■ **Records to use**
=====

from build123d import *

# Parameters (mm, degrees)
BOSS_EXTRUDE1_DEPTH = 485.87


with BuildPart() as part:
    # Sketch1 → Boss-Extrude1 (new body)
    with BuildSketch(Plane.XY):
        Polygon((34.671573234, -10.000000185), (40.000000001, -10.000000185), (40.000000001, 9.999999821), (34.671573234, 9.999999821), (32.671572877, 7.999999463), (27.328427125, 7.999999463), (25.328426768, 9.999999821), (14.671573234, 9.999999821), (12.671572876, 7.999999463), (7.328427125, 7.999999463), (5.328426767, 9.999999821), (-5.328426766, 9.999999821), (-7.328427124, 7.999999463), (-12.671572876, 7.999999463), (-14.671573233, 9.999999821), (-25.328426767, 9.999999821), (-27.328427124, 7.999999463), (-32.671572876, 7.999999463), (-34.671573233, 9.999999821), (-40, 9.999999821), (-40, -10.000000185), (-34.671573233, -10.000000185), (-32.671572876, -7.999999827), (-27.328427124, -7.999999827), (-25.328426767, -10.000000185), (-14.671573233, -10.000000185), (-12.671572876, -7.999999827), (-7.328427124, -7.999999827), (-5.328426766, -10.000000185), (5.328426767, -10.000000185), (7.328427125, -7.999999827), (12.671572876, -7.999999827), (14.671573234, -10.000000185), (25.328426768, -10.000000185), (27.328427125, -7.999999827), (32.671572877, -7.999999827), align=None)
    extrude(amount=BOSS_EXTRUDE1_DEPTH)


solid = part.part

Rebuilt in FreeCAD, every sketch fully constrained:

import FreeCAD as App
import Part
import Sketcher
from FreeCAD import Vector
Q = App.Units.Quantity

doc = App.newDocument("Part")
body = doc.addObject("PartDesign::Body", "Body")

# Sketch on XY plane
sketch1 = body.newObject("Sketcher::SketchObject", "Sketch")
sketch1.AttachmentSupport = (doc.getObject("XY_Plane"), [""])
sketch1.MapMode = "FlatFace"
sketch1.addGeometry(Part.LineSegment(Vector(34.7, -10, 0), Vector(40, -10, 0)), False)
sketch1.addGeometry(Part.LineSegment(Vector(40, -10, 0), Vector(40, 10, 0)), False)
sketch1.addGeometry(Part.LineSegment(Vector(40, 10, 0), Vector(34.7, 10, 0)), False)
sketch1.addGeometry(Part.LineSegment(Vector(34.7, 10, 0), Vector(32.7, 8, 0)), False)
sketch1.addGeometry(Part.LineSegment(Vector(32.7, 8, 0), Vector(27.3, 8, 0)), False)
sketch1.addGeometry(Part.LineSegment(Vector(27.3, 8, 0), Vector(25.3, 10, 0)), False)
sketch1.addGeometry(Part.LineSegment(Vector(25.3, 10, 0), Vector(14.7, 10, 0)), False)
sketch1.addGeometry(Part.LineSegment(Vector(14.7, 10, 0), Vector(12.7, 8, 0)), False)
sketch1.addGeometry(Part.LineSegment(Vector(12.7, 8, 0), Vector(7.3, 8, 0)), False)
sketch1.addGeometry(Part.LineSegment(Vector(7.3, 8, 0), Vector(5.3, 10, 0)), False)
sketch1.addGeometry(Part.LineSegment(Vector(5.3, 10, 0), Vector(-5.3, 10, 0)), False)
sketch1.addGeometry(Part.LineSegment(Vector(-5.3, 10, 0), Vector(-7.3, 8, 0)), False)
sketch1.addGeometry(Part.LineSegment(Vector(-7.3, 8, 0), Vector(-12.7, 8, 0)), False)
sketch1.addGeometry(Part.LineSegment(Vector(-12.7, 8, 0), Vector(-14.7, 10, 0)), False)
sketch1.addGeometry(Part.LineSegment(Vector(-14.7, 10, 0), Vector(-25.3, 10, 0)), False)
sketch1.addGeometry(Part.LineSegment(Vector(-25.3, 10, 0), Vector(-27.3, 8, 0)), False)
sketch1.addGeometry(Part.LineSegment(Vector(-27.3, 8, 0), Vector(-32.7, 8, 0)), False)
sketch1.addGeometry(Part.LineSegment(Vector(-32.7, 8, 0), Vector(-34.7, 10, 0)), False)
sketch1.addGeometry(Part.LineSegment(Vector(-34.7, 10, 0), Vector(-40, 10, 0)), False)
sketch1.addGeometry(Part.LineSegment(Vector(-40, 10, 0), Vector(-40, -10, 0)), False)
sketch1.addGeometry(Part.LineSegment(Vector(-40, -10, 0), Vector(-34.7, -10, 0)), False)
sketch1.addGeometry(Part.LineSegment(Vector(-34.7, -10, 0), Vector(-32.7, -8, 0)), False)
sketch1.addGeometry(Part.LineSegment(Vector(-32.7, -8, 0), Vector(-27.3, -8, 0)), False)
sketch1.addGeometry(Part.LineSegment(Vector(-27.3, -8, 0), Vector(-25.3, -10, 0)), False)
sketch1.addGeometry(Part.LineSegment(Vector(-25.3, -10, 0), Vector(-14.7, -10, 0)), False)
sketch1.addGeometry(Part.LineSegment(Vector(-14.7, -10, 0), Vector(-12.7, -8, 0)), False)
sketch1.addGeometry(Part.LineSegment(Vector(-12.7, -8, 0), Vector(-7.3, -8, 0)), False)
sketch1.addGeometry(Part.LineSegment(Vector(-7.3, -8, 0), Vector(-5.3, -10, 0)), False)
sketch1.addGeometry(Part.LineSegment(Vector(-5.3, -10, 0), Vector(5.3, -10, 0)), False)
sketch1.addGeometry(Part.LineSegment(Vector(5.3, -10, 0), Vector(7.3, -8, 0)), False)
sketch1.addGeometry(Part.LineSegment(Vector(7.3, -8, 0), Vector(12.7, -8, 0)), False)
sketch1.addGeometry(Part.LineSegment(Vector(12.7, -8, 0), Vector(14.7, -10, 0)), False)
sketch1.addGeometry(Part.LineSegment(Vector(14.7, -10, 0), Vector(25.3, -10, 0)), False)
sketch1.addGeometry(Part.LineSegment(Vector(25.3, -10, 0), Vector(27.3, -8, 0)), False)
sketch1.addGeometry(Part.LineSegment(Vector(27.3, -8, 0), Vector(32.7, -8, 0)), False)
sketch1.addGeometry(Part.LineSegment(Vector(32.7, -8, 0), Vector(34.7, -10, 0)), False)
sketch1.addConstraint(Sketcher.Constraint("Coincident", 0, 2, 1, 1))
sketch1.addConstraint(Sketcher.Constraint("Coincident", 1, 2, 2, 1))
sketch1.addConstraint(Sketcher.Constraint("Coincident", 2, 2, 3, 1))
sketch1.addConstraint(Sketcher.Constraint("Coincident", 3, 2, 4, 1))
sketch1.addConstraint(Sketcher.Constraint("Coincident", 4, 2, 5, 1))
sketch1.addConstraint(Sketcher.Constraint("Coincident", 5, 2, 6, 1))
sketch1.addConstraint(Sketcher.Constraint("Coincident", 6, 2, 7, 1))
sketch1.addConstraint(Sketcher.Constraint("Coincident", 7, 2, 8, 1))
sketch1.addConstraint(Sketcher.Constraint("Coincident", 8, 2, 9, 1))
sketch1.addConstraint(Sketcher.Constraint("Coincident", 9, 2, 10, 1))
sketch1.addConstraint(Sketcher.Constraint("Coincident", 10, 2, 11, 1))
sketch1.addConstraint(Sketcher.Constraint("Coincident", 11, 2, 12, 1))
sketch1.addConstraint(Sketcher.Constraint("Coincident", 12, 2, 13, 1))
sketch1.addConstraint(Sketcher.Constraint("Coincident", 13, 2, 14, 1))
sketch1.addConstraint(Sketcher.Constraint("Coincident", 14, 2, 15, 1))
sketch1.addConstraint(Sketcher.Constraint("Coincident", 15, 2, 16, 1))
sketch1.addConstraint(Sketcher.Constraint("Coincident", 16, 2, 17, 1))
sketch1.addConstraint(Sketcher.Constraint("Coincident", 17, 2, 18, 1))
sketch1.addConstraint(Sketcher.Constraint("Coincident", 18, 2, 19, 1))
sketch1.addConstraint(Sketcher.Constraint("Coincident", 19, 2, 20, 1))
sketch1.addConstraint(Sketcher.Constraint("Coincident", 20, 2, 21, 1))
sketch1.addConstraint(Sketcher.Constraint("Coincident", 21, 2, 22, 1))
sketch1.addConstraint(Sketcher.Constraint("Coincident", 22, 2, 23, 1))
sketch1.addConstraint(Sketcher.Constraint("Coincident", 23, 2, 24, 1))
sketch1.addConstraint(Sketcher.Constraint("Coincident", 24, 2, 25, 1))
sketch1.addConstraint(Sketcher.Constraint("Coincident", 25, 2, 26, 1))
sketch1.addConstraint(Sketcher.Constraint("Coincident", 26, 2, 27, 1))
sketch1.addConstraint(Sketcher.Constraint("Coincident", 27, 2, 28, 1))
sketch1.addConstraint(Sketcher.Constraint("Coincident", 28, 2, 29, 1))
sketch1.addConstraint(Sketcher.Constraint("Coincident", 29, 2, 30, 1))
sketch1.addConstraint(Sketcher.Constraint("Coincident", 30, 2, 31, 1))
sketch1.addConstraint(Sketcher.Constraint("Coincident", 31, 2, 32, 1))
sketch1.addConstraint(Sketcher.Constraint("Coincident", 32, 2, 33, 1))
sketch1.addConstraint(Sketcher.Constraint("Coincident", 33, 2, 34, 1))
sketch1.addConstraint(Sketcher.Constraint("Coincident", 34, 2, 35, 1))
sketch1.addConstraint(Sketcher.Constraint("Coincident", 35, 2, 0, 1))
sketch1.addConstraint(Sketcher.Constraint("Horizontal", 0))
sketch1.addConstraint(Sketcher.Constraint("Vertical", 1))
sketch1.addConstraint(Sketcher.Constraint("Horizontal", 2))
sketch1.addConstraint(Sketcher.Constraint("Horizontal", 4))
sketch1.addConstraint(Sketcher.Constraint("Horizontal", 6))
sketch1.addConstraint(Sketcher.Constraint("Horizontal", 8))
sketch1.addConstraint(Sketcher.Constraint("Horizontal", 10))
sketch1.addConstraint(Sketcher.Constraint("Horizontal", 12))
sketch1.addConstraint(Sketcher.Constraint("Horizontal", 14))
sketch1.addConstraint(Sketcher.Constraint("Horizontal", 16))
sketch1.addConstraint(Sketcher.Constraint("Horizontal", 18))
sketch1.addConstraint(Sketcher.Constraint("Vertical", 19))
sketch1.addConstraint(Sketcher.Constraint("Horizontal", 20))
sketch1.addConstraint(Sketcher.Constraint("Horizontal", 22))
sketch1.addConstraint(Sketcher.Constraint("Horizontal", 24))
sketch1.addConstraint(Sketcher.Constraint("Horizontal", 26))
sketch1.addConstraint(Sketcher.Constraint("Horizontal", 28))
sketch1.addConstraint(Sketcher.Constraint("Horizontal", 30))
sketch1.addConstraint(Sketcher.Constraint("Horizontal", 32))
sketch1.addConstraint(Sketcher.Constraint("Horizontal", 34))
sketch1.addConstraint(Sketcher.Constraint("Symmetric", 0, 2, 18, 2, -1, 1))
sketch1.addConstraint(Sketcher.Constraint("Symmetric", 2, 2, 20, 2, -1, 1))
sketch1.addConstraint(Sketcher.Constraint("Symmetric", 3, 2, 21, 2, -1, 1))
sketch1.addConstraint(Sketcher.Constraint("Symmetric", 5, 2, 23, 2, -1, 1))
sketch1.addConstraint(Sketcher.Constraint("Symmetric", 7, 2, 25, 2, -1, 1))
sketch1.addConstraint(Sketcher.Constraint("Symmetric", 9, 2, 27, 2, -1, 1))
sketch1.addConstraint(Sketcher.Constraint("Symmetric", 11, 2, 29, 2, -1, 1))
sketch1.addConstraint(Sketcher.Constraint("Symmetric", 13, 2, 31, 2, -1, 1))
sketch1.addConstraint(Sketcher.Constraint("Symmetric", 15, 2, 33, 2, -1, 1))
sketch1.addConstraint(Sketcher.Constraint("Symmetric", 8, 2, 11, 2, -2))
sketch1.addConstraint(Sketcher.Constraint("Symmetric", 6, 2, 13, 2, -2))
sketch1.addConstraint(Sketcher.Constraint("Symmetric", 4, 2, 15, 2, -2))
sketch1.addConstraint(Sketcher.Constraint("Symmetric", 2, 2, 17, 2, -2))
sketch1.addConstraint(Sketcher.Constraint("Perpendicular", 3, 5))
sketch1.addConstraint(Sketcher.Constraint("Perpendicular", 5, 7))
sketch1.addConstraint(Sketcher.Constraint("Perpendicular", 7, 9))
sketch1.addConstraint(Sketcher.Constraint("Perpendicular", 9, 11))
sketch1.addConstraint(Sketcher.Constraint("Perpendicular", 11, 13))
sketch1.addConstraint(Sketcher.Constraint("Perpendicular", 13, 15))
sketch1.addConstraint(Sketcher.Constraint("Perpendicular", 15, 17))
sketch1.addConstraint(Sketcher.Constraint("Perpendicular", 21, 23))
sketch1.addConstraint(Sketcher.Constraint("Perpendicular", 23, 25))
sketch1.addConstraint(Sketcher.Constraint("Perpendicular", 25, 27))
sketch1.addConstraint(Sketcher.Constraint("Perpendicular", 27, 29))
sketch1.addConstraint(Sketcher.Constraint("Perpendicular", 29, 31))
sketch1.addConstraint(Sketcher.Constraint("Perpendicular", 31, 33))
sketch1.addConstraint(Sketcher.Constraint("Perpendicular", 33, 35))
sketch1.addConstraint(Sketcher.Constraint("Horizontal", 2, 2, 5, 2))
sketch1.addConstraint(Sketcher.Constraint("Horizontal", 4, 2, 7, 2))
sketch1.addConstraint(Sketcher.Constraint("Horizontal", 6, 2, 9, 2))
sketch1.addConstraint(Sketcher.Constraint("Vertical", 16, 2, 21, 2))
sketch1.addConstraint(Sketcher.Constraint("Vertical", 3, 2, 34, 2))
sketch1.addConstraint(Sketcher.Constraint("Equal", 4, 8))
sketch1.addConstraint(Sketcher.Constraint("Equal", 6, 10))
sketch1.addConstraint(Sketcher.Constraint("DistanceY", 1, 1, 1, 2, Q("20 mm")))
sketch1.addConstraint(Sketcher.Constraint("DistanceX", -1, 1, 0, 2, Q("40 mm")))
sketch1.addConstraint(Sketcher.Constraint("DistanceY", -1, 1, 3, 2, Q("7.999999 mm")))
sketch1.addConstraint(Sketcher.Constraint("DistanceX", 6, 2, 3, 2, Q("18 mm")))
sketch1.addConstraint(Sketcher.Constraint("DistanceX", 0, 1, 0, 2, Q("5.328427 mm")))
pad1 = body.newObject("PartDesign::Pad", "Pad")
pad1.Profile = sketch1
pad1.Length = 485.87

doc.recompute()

=====

Send back exactly, with nothing added, the lines from the first line of the material above through the line holding "solid = part.part"; both ends are included.

■ **Answer for this exercise**
from build123d import *

# Parameters (mm, degrees)
BOSS_EXTRUDE1_DEPTH = 485.87


with BuildPart() as part:
    # Sketch1 → Boss-Extrude1 (new body)
    with BuildSketch(Plane.XY):
        Polygon((34.671573234, -10.000000185), (40.000000001, -10.000000185), (40.000000001, 9.999999821), (34.671573234, 9.999999821), (32.671572877, 7.999999463), (27.328427125, 7.999999463), (25.328426768, 9.999999821), (14.671573234, 9.999999821), (12.671572876, 7.999999463), (7.328427125, 7.999999463), (5.328426767, 9.999999821), (-5.328426766, 9.999999821), (-7.328427124, 7.999999463), (-12.671572876, 7.999999463), (-14.671573233, 9.999999821), (-25.328426767, 9.999999821), (-27.328427124, 7.999999463), (-32.671572876, 7.999999463), (-34.671573233, 9.999999821), (-40, 9.999999821), (-40, -10.000000185), (-34.671573233, -10.000000185), (-32.671572876, -7.999999827), (-27.328427124, -7.999999827), (-25.328426767, -10.000000185), (-14.671573233, -10.000000185), (-12.671572876, -7.999999827), (-7.328427124, -7.999999827), (-5.328426766, -10.000000185), (5.328426767, -10.000000185), (7.328427125, -7.999999827), (12.671572876, -7.999999827), (14.671573234, -10.000000185), (25.328426768, -10.000000185), (27.328427125, -7.999999827), (32.671572877, -7.999999827), align=None)
    extrude(amount=BOSS_EXTRUDE1_DEPTH)


solid = part.part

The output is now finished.